Table 3 Total number of insertion and deletion mutations, number and proportion attributed to SSM according to type of mutation (insertion or deletion) and number of base pairs inserted or deleted

Table 4 presents the distribution of SSM insertion and deletion mutations, according to the number of repeats in the run. Mutations of 1 bp and mutations of > 1 bp were analyzed separately. It can be seen that the most frequent deletion mutation event is a 1-bp deletion in a run of two units. These mutations, however, are attributed mostly to a mechanism other than SSM, and classified as SSM only by chance. Insertion mutations are more common in longer runs.

Table 4 SSM mutations according to the type of mutation (insertion or deletion), the number of base pairs inserted or deleted (1 or > 1) and the number of repeats in the run at the site of the mutation (2, 3 or > 3) in the normal sequence

Discussion

The study analyzed 625 different disease-causing mutations in the coding regions of three human genes: CFTR, β globin and factor IX. A strict analysis was performed in order to estimate the net influence of SSM in short (1–4 bp) insertion and deletion mutations. This was obtained by classifying a mutation as SSM only in those cases in which the mutation could be simply explained by the SSM model. It is important to note that the repertoire of mutations found in patients showing disease symptoms does not reflect the entire spectrum of mutational events that might have occurred in these coding sequences in the course of evolution. Mutations without clinical effect or mutations that have not ‘survived’ through evolution are missing. The search uncovered 134 deletion or insertion mutations of 4 bp or less (table 2). These were 21% of all mutations. Our analysis revealed that a net proportion of 27% of all deletion or insertion mutations of 4 bp or less can be attributed to SSM events. In these cases, it is reasonable to assume that SSM, rather than unequal sister chromatid exchange, is the mechanism involved, since the analyzed mutations are within very short runs (2–7 repeats) which probably would not facilitate unequal pairing of DNA strands.

As seen in table 3, the proportion of deletion and insertion mutations that can be explained by SSM is significantly higher than expected by chance, except for the 1-bp deletions. These results indicate that SSM is a significant mechanism causing deletion and insertion mutations in human genes. The appearance of a simple run of 2 bp (AA, CC, GG and TT) is the most common repeat in any sequence. Therefore, it is not surprising that, as seen in table 4, the majority of the 1-bp deletion mutations are in runs of two repeats. This supports the suggestion that some of these mutations are caused by other mechanisms and are classified as SSM by chance only.
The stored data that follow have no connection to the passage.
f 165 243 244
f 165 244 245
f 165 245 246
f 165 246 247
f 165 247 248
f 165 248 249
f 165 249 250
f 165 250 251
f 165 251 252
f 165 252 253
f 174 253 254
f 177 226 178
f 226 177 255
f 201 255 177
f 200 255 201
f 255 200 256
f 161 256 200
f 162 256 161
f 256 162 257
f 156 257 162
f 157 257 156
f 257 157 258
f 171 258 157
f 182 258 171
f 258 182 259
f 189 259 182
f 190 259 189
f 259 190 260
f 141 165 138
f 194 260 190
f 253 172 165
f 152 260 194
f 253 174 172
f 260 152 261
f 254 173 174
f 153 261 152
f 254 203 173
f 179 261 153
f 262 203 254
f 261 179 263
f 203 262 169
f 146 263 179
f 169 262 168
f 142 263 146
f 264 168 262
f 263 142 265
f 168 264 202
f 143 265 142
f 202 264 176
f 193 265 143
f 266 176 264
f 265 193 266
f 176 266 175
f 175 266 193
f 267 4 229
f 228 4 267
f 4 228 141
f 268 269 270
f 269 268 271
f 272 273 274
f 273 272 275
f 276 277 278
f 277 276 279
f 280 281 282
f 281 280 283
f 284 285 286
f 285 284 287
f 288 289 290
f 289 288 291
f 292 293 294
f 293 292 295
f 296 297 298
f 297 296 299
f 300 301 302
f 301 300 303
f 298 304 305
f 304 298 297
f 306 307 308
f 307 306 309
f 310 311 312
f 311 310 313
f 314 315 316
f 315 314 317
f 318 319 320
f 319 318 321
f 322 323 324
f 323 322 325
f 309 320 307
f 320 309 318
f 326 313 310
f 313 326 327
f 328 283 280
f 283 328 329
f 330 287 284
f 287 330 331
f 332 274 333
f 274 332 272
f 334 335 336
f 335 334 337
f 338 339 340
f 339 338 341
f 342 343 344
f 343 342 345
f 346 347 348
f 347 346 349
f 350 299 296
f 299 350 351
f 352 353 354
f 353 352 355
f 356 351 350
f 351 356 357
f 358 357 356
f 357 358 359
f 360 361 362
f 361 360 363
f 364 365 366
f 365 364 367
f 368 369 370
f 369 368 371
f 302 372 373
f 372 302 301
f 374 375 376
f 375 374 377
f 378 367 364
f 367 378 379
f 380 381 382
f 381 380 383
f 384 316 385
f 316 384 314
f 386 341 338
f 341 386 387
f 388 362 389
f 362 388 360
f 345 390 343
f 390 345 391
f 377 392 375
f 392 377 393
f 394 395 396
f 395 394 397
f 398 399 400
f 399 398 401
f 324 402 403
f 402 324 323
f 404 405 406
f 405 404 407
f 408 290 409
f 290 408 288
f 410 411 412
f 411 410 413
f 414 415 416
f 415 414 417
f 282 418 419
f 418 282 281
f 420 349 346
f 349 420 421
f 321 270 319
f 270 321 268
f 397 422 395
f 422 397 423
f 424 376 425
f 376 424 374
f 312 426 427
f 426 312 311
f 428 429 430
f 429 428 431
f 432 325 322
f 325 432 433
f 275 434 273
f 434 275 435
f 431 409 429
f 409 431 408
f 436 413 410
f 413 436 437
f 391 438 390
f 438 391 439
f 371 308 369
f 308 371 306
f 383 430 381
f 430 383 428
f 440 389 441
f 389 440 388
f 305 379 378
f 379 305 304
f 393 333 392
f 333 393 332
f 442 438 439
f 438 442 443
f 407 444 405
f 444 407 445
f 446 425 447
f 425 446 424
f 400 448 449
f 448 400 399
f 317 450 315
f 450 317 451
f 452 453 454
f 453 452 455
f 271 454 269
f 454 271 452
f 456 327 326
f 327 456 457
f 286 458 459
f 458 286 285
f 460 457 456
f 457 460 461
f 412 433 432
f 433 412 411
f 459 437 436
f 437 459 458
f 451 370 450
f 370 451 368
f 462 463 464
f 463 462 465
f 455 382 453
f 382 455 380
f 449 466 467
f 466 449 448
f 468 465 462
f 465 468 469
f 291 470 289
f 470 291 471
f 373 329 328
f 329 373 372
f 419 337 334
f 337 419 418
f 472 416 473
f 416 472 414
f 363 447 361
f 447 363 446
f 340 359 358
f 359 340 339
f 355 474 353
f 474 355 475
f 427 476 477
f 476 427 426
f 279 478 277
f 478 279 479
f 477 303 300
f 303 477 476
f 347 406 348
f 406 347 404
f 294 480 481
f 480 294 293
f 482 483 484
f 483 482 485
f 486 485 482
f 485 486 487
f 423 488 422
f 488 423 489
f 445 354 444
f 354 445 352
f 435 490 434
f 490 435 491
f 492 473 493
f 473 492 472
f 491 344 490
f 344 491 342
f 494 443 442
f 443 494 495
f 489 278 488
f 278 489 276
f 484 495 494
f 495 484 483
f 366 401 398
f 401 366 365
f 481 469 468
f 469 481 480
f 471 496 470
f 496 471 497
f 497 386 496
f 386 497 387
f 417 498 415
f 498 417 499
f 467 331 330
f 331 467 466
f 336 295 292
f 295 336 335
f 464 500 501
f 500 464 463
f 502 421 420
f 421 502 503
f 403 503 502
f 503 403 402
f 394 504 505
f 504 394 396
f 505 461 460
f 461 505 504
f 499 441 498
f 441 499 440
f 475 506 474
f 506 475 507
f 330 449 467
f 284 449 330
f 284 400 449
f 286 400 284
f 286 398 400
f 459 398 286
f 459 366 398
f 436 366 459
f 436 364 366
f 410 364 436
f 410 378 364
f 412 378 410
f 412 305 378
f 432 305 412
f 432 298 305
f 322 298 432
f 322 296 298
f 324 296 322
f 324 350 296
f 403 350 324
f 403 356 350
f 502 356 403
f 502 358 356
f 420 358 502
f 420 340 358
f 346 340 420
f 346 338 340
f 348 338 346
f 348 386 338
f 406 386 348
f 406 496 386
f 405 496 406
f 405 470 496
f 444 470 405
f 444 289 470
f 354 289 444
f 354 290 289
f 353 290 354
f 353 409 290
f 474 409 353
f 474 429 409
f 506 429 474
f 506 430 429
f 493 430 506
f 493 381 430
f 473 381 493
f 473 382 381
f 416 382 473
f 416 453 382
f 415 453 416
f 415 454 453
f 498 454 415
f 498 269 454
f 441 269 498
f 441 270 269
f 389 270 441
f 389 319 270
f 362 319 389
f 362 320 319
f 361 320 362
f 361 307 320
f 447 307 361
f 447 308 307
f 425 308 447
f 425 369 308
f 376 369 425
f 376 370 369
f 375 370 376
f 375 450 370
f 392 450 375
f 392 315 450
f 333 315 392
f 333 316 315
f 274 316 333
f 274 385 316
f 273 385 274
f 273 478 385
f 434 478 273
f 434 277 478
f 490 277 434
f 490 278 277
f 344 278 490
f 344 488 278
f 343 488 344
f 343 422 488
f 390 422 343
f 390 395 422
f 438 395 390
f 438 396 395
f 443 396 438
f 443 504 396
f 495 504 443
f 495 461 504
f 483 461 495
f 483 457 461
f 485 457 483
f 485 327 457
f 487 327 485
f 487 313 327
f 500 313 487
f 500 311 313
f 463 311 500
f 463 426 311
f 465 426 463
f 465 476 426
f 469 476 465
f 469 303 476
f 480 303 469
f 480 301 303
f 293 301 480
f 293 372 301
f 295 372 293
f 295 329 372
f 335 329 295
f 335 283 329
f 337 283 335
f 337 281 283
It is well recognized that the highly polymorphic microsatellite regions comprised of long runs (>20) of short tandem repeats are unstable, leading to changes in the number of the repeated unit. In addition, several human diseases have been found to be caused by the instability of long runs of 3 bp tandemly repeated. Our results suggest that very short runs (<8) of tandem repeats can also lead to misalignment and SSM. Since the frequency of short tandem repeats is higher than the frequency of long tandem repeats, the results presented here indicate that the instability of these short repeats contributes to DNA mutability in human genes.

Nontandem repeats, interrupted by a few base pairs, may also promote deletion and insertion mutations by SSM. This has been convincingly demonstrated in Escherichia coli [25, 26]. In our study, such mutations were not classified as SSM mutations. Nevertheless, several examples have been observed, such as a 4-bp deletion (double underlined) in the CF gene: CTACCAAGTCAACCAAACCATACAA-3667del4 [Estivill, pers. commun.]. This sequence comprises three repetitive units (underlined) of 4 bp, interrupted by a few base pairs. Thus, the proportion of deletion and insertion mutations in which short repeats are involved may well be even higher than found in this study. Furthermore, it has been suggested that the SSM mechanism is also involved in generating substitution mutations [27]. Thus, the SSM mechanism is probably a major mechanism for the generation of mutations in general.